Among the lines below, restate word for word only those from the line with "with BuildPart() as" through the line with "# FreeCAD 1.0 macro for this part", with both end lines kept.

## Data supplied
=== Section Start ===
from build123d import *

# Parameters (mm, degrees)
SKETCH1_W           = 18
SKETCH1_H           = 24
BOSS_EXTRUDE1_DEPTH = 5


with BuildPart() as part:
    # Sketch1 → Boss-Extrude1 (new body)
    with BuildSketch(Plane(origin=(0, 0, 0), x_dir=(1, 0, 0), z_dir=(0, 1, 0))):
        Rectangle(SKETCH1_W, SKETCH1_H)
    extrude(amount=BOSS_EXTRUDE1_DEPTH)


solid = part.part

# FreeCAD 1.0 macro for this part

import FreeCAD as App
import Part
import Sketcher
Q = App.Units.Quantity

doc = App.newDocument("Part")
body = doc.addObject("PartDesign::Body", "Body")

sketch1 = doc.addObject("Sketcher::SketchObject", "Sketch")
body.addObject(sketch1)
sketch1.AttachmentSupport = (doc.XZ_Plane, [""])
sketch1.MapMode = "FlatFace"
sketch1.addGeometry([
    Part.LineSegment(App.Vector(-9, -12, 0), App.Vector(-9, 12, 0)),
    Part.LineSegment(App.Vector(-9, 12, 0), App.Vector(9, 12, 0)),
    Part.LineSegment(App.Vector(9, 12, 0), App.Vector(9, -12, 0)),
    Part.LineSegment(App.Vector(9, -12, 0), App.Vector(-9, -12, 0)),
], False)
sketch1.addConstraint([
    Sketcher.Constraint("Coincident", 0, 2, 1, 1),
    Sketcher.Constraint("Coincident", 1, 2, 2, 1),
    Sketcher.Constraint("Coincident", 2, 2, 3, 1),
    Sketcher.Constraint("Coincident", 3, 2, 0, 1),
    Sketcher.Constraint("Vertical", 0),
    Sketcher.Constraint("Horizontal", 1),
    Sketcher.Constraint("Vertical", 2),
    Sketcher.Constraint("Horizontal", 3),
    Sketcher.Constraint("Symmetric", 0, 2, 2, 2, -1, 1),
    Sketcher.Constraint("DistanceX", 1, 1, 1, 2, Q("18 mm")),
    Sketcher.Constraint("DistanceY", 0, 1, 0, 2, Q("24 mm")),
])
pad1 = doc.addObject("PartDesign::Pad", "Pad")
body.addObject(pad1)
pad1.Profile = sketch1
pad1.Length = 5
pad1.Reversed = True

doc.recompute()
=== Section End ===
## Problem solution
with BuildPart() as part:
    # Sketch1 → Boss-Extrude1 (new body)
    with BuildSketch(Plane(origin=(0, 0, 0), x_dir=(1, 0, 0), z_dir=(0, 1, 0))):
        Rectangle(SKETCH1_W, SKETCH1_H)
    extrude(amount=BOSS_EXTRUDE1_DEPTH)


solid = part.part

# FreeCAD 1.0 macro for this part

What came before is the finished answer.